▶ **PROBLEM TO WORK ON**
Search the entries for the word "SUBTRACT". Copy each line in which it is found.

▶ **EXERCISE DATA**
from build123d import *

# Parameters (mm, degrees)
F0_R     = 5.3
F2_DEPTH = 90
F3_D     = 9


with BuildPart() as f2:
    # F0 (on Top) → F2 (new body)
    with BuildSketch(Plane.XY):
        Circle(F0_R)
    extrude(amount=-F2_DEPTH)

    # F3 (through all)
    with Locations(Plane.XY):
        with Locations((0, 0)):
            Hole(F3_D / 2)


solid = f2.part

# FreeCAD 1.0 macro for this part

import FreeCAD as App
import Part
import Sketcher
from FreeCAD import Vector

doc = App.newDocument("Part")
params = doc.addObject("Spreadsheet::Sheet", "Params")
for row, (alias, value) in enumerate([
    ("sketch1_diameter", "10.6 mm"),
    ("pad1_length", "90 mm"),
    ("sketch2_diameter", "9 mm"),
    ("hole_diameter", "9 mm"),
], start=1):
    params.set(f"A{row}", alias)
    params.set(f"B{row}", "=" + value)
    params.setAlias(f"B{row}", alias)

body = doc.addObject("PartDesign::Body", "Body")

# Sketch on XY plane
sketch1 = body.newObject("Sketcher::SketchObject", "Sketch")
sketch1.AttachmentSupport = (doc.getObject("XY_Plane"), [""])
sketch1.MapMode = "FlatFace"
sketch1.addGeometry(Part.Circle(Vector(0, 0, 0), Vector(0, 0, 1), 5), False)
sketch1.addConstraint([
    Sketcher.Constraint("Coincident", 0, 3, -1, 1),
    Sketcher.Constraint("Diameter", 0, 10.6),
])
sketch1.setExpression("Constraints[1]", "Params.sketch1_diameter")
pad1 = body.newObject("PartDesign::Pad", "Pad")
pad1.Profile = sketch1
pad1.setExpression("Length", "Params.pad1_length")
pad1.Reversed = True

# Sketch on XY plane
sketch2 = body.newObject("Sketcher::SketchObject", "Sketch001")
sketch2.AttachmentSupport = (doc.getObject("XY_Plane"), [""])
sketch2.MapMode = "FlatFace"
sketch2.addGeometry(Part.Circle(Vector(0, 0, 0), Vector(0, 0, 1), 4.5), False)
sketch2.addConstraint([
    Sketcher.Constraint("Coincident", 0, 3, -1, 1),
    Sketcher.Constraint("Diameter", 0, 9.0),
])
sketch2.setExpression("Constraints[1]", "Params.sketch2_diameter")
doc.recompute()
hole = body.newObject("PartDesign::Hole", "Hole")
hole.Profile = sketch2
hole.ThreadType = "None"
hole.setExpression("Diameter", "Params.hole_diameter")
hole.DepthType = "ThroughAll"

doc.recompute()
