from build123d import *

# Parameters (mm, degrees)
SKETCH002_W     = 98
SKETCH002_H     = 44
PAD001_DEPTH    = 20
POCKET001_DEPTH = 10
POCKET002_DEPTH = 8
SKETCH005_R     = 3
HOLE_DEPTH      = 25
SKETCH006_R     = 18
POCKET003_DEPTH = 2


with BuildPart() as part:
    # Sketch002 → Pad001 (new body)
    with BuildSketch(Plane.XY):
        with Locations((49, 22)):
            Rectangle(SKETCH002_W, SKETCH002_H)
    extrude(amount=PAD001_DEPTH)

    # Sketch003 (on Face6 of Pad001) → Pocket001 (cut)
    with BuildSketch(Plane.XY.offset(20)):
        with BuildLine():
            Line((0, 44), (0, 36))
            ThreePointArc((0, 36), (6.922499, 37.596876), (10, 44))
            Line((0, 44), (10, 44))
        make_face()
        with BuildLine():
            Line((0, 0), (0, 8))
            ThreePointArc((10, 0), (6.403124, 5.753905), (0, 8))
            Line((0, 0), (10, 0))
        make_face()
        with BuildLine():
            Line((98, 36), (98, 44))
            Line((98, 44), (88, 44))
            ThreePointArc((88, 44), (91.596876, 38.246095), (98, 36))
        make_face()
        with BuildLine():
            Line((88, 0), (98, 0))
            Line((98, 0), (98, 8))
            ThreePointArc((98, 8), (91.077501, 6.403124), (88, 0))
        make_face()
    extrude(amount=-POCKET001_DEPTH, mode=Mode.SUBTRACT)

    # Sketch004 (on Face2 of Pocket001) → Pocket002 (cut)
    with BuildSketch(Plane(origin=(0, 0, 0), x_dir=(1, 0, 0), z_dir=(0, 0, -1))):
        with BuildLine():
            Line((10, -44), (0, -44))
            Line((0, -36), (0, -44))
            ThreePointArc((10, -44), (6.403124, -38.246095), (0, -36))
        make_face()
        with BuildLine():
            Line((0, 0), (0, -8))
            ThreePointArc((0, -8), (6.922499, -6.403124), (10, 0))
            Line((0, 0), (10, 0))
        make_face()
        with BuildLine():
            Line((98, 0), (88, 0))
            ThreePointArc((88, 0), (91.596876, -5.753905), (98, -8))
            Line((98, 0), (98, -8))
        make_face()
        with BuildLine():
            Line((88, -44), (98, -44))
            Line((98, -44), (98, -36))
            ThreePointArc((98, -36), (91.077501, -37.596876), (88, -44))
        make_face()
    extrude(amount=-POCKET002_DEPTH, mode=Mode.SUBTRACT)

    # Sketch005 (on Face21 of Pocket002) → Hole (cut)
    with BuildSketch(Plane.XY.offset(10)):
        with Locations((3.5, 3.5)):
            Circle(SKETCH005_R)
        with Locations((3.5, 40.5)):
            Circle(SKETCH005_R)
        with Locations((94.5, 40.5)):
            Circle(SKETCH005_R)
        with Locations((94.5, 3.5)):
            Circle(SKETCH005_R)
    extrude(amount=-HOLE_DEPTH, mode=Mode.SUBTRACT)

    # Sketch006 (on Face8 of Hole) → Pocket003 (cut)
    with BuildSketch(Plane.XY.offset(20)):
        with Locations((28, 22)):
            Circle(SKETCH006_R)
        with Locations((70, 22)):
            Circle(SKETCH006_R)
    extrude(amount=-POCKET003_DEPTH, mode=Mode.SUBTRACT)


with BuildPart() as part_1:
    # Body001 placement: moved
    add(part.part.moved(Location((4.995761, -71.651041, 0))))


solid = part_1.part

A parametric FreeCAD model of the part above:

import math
import FreeCAD as App
import Part
import Sketcher
from FreeCAD import Vector


def add_polygon(sketch, points):
    """Adds a closed chain of lines whose ends are joined by coincident constraints."""
    first, n = sketch.GeometryCount, len(points)
    for a, b in zip(points, points[1:] + points[:1]):
        sketch.addGeometry(Part.LineSegment(App.Vector(*a, 0), App.Vector(*b, 0)), False)
    for i in range(n):
        sketch.addConstraint(Sketcher.Constraint("Coincident", first + i, 2, first + (i + 1) % n, 1))

doc = App.newDocument("Part")
body = doc.addObject("PartDesign::Body", "Body")

# Sketch on XY plane
sketch1 = body.newObject("Sketcher::SketchObject", "Sketch")
sketch1.AttachmentSupport = (doc.getObject("XY_Plane"), [""])
sketch1.MapMode = "FlatFace"
add_polygon(sketch1, [(0, 44), (0, 0), (98, 0), (98, 44)])  # lines 0-3
sketch1.addConstraint(Sketcher.Constraint("Vertical", 0))
sketch1.addConstraint(Sketcher.Constraint("Horizontal", 1))
sketch1.addConstraint(Sketcher.Constraint("Vertical", 2))
sketch1.addConstraint(Sketcher.Constraint("Horizontal", 3))
sketch1.addConstraint(Sketcher.Constraint("Coincident", 0, 2, -1, 1))
sketch1.addConstraint(Sketcher.Constraint("DistanceX", 1, 1, 1, 2, 98.0))
sketch1.addConstraint(Sketcher.Constraint("DistanceY", 0, 2, 0, 1, 44.0))
pad1 = body.newObject("PartDesign::Pad", "Pad")
pad1.Profile = sketch1
pad1.Length = 20

# Sketch on XY plane
sketch2 = body.newObject("Sketcher::SketchObject", "Sketch001")
sketch2.AttachmentSupport = (doc.getObject("XY_Plane"), [""])
sketch2.MapMode = "FlatFace"
sketch2.AttachmentOffset = App.Placement(Vector(0, 0, 20), App.Rotation())
sketch2.addGeometry(Part.LineSegment(Vector(0, 44, 0), Vector(0, 36, 0)), False)
sketch2.addGeometry(Part.ArcOfCircle(Part.Circle(Vector(2, 44, 0), Vector(0, 0, 1), 8), math.radians(-103), math.radians(0)), False)
sketch2.addGeometry(Part.LineSegment(Vector(10, 44, 0), Vector(0, 44, 0)), False)
sketch2.addGeometry(Part.LineSegment(Vector(0, 8, 0), Vector(0, 0, 0)), False)
sketch2.addGeometry(Part.LineSegment(Vector(0, 0, 0), Vector(10, 0, 0)), False)
sketch2.addGeometry(Part.ArcOfCircle(Part.Circle(Vector(0, -2, 0), Vector(0, 0, 1), 10), math.radians(13), math.radians(90)), False)
sketch2.addGeometry(Part.LineSegment(Vector(98, 36, 0), Vector(98, 44, 0)), False)
sketch2.addGeometry(Part.LineSegment(Vector(98, 44, 0), Vector(88, 44, 0)), False)
sketch2.addGeometry(Part.ArcOfCircle(Part.Circle(Vector(98, 46, 0), Vector(0, 0, 1), 10), math.radians(-167), math.radians(-90)), False)
sketch2.addGeometry(Part.LineSegment(Vector(88, 0, 0), Vector(98, 0, 0)), False)
sketch2.addGeometry(Part.LineSegment(Vector(98, 0, 0), Vector(98, 8, 0)), False)
sketch2.addGeometry(Part.ArcOfCircle(Part.Circle(Vector(96, 0, 0), Vector(0, 0, 1), 8), math.radians(77), math.radians(180)), False)
sketch2.addConstraint(Sketcher.Constraint("Coincident", 0, 2, 1, 1))
sketch2.addConstraint(Sketcher.Constraint("Coincident", 1, 2, 2, 1))
sketch2.addConstraint(Sketcher.Constraint("Coincident", 2, 2, 0, 1))
sketch2.addConstraint(Sketcher.Constraint("Coincident", 3, 2, 4, 1))
sketch2.addConstraint(Sketcher.Constraint("Coincident", 4, 2, 5, 1))
sketch2.addConstraint(Sketcher.Constraint("Coincident", 5, 2, 3, 1))
sketch2.addConstraint(Sketcher.Constraint("Coincident", 6, 2, 7, 1))
sketch2.addConstraint(Sketcher.Constraint("Coincident", 7, 2, 8, 1))
sketch2.addConstraint(Sketcher.Constraint("Coincident", 8, 2, 6, 1))
sketch2.addConstraint(Sketcher.Constraint("Coincident", 9, 2, 10, 1))
sketch2.addConstraint(Sketcher.Constraint("Coincident", 10, 2, 11, 1))
sketch2.addConstraint(Sketcher.Constraint("Coincident", 11, 2, 9, 1))
sketch2.addConstraint(Sketcher.Constraint("Vertical", 0))
sketch2.addConstraint(Sketcher.Constraint("Horizontal", 2))
sketch2.addConstraint(Sketcher.Constraint("Vertical", 3))
sketch2.addConstraint(Sketcher.Constraint("Horizontal", 4))
sketch2.addConstraint(Sketcher.Constraint("Vertical", 6))
sketch2.addConstraint(Sketcher.Constraint("Horizontal", 7))
sketch2.addConstraint(Sketcher.Constraint("Horizontal", 9))
sketch2.addConstraint(Sketcher.Constraint("Vertical", 10))
sketch2.addConstraint(Sketcher.Constraint("Coincident", 3, 2, -1, 1))
sketch2.addConstraint(Sketcher.Constraint("Equal", 5, 8))
sketch2.addConstraint(Sketcher.Constraint("Equal", 1, 11))
sketch2.addConstraint(Sketcher.Constraint("PointOnObject", 5, 3, -2))
sketch2.addConstraint(Sketcher.Constraint("PointOnObject", 11, 3, -1))
sketch2.addConstraint(Sketcher.Constraint("PointOnObject", 0, 2, -2))
sketch2.addConstraint(Sketcher.Constraint("PointOnObject", 9, 2, -1))
sketch2.addConstraint(Sketcher.Constraint("Horizontal", 2, 2, 6, 2))
sketch2.addConstraint(Sketcher.Constraint("Horizontal", 0, 2, 8, 2))
sketch2.addConstraint(Sketcher.Constraint("Horizontal", 5, 2, 10, 2))
sketch2.addConstraint(Sketcher.Constraint("Vertical", 1, 2, 4, 2))
sketch2.addConstraint(Sketcher.Constraint("Vertical", 8, 3, 6, 2))
sketch2.addConstraint(Sketcher.Constraint("Vertical", 8, 2, 9, 2))
sketch2.addConstraint(Sketcher.Constraint("Vertical", 7, 2, 11, 2))
sketch2.addConstraint(Sketcher.Constraint("Equal", 4, 7))
sketch2.addConstraint(Sketcher.Constraint("Radius", 1, 8.200001))
sketch2.addConstraint(Sketcher.Constraint("DistanceX", 2, 2, 2, 1, 10.0))
sketch2.addConstraint(Sketcher.Constraint("DistanceY", -1, 1, 1, 3, 44.000001))
sketch2.addConstraint(Sketcher.Constraint("DistanceX", -1, 1, 8, 3, 98.000001))
pocket1 = body.newObject("PartDesign::Pocket", "Pocket")
pocket1.Profile = sketch2
pocket1.Length = 10

# Sketch on XY plane
sketch3 = body.newObject("Sketcher::SketchObject", "Sketch002")
sketch3.AttachmentSupport = (doc.getObject("XY_Plane"), [""])
sketch3.MapMode = "FlatFace"
sketch3.addGeometry(Part.LineSegment(Vector(0, 44, 0), Vector(10, 44, 0)), False)
sketch3.addGeometry(Part.ArcOfCircle(Part.Circle(Vector(0, 46, 0), Vector(0, 0, 1), 10), math.radians(-90), math.radians(-13)), False)
sketch3.addGeometry(Part.LineSegment(Vector(0, 36, 0), Vector(0, 44, 0)), False)
sketch3.addGeometry(Part.LineSegment(Vector(0, 0, 0), Vector(0, 8, 0)), False)
sketch3.addGeometry(Part.ArcOfCircle(Part.Circle(Vector(2, 0, 0), Vector(0, 0, 1), 8), math.radians(0), math.radians(103)), False)
sketch3.addGeometry(Part.LineSegment(Vector(10, 0, 0), Vector(0, 0, 0)), False)
sketch3.addGeometry(Part.LineSegment(Vector(98, 0, 0), Vector(88, 0, 0)), False)
sketch3.addGeometry(Part.ArcOfCircle(Part.Circle(Vector(98, -2, 0), Vector(0, 0, 1), 10), math.radians(90), math.radians(167)), False)
sketch3.addGeometry(Part.LineSegment(Vector(98, 8, 0), Vector(98, 0, 0)), False)
sketch3.addGeometry(Part.LineSegment(Vector(88, 44, 0), Vector(98, 44, 0)), False)
sketch3.addGeometry(Part.LineSegment(Vector(98, 44, 0), Vector(98, 36, 0)), False)
sketch3.addGeometry(Part.ArcOfCircle(Part.Circle(Vector(96, 44, 0), Vector(0, 0, 1), 8), math.radians(-180), math.radians(-77)), False)
sketch3.addConstraint(Sketcher.Constraint("Coincident", 0, 2, 1, 2))
sketch3.addConstraint(Sketcher.Constraint("Coincident", 1, 1, 2, 1))
sketch3.addConstraint(Sketcher.Constraint("Coincident", 2, 2, 0, 1))
sketch3.addConstraint(Sketcher.Constraint("Coincident", 3, 2, 4, 2))
sketch3.addConstraint(Sketcher.Constraint("Coincident", 4, 1, 5, 1))
sketch3.addConstraint(Sketcher.Constraint("Coincident", 5, 2, 3, 1))
sketch3.addConstraint(Sketcher.Constraint("Coincident", 6, 2, 7, 2))
sketch3.addConstraint(Sketcher.Constraint("Coincident", 7, 1, 8, 1))
sketch3.addConstraint(Sketcher.Constraint("Coincident", 8, 2, 6, 1))
sketch3.addConstraint(Sketcher.Constraint("Coincident", 9, 2, 10, 1))
sketch3.addConstraint(Sketcher.Constraint("Coincident", 10, 2, 11, 2))
sketch3.addConstraint(Sketcher.Constraint("Coincident", 11, 1, 9, 1))
sketch3.addConstraint(Sketcher.Constraint("Horizontal", 0))
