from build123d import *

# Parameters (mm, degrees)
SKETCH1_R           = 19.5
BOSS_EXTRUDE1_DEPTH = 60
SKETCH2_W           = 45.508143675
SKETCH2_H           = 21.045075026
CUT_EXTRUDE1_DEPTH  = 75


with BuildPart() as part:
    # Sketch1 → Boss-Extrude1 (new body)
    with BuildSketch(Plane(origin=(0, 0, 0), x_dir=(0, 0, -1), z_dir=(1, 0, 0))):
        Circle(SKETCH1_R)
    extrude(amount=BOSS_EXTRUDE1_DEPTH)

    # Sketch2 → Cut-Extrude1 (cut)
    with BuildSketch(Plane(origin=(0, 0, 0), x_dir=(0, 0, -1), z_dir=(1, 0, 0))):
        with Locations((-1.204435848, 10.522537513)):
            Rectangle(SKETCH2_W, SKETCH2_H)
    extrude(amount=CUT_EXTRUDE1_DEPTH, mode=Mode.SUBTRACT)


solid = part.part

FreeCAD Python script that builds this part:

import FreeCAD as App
import Part
import Sketcher

V = App.Vector
Q = App.Units.Quantity


def add_polygon(sketch, points):
    """Adds a closed chain of lines whose ends are joined by coincident constraints."""
    first, n = sketch.GeometryCount, len(points)
    for a, b in zip(points, points[1:] + points[:1]):
        sketch.addGeometry(Part.LineSegment(App.Vector(*a, 0), App.Vector(*b, 0)), False)
    for i in range(n):
        sketch.addConstraint(Sketcher.Constraint("Coincident", first + i, 2, first + (i + 1) % n, 1))

doc = App.newDocument("Part")
body = doc.addObject("PartDesign::Body", "Body")

# Sketch on YZ plane
sketch1 = body.newObject("Sketcher::SketchObject", "Sketch")
sketch1.AttachmentSupport = (doc.getObject("YZ_Plane"), [""])
sketch1.MapMode = "FlatFace"
sketch1.addGeometry(Part.Circle(V(0, 0, 0), V(0, 0, 1), 20), False)
sketch1.addConstraint(Sketcher.Constraint("Coincident", 0, 3, -1, 1))
sketch1.addConstraint(Sketcher.Constraint("Diameter", 0, Q("39 mm")))
pad1 = body.newObject("PartDesign::Pad", "Pad")
pad1.Profile = sketch1
pad1.Length = 60

# Sketch on YZ plane
sketch2 = body.newObject("Sketcher::SketchObject", "Sketch001")
sketch2.AttachmentSupport = (doc.getObject("YZ_Plane"), [""])
sketch2.MapMode = "FlatFace"
add_polygon(sketch2, [(21, 24), (0, 24), (0, -22), (21, -22)])  # lines 0-3
sketch2.addConstraint(Sketcher.Constraint("Horizontal", 0))
sketch2.addConstraint(Sketcher.Constraint("Vertical", 1))
sketch2.addConstraint(Sketcher.Constraint("Horizontal", 2))
sketch2.addConstraint(Sketcher.Constraint("Vertical", 3))
sketch2.addConstraint(Sketcher.Constraint("PointOnObject", 0, 2, -2))
sketch2.addConstraint(Sketcher.Constraint("DistanceX", 0, 2, 0, 1, Q("21.045075 mm")))
sketch2.addConstraint(Sketcher.Constraint("DistanceY", 1, 2, 1, 1, Q("45.508144 mm")))
sketch2.addConstraint(Sketcher.Constraint("DistanceY", -1, 1, 0, 2, Q("23.958508 mm")))
pocket1 = body.newObject("PartDesign::Pocket", "Pocket")
pocket1.Profile = sketch2
pocket1.Length = 75
pocket1.Reversed = True

doc.recompute()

▶ **RESPONSE BELOW**
    extrude(amount=-POCKET001_DEPTH, mode=Mode.SUBTRACT)
    extrude(amount=-POCKET002_DEPTH, mode=Mode.SUBTRACT)
    extrude(amount=-HOLE_DEPTH, mode=Mode.SUBTRACT)
    extrude(amount=-POCKET003_DEPTH, mode=Mode.SUBTRACT)
    extrude(amount=CUT_EXTRUDE1_DEPTH, mode=Mode.SUBTRACT)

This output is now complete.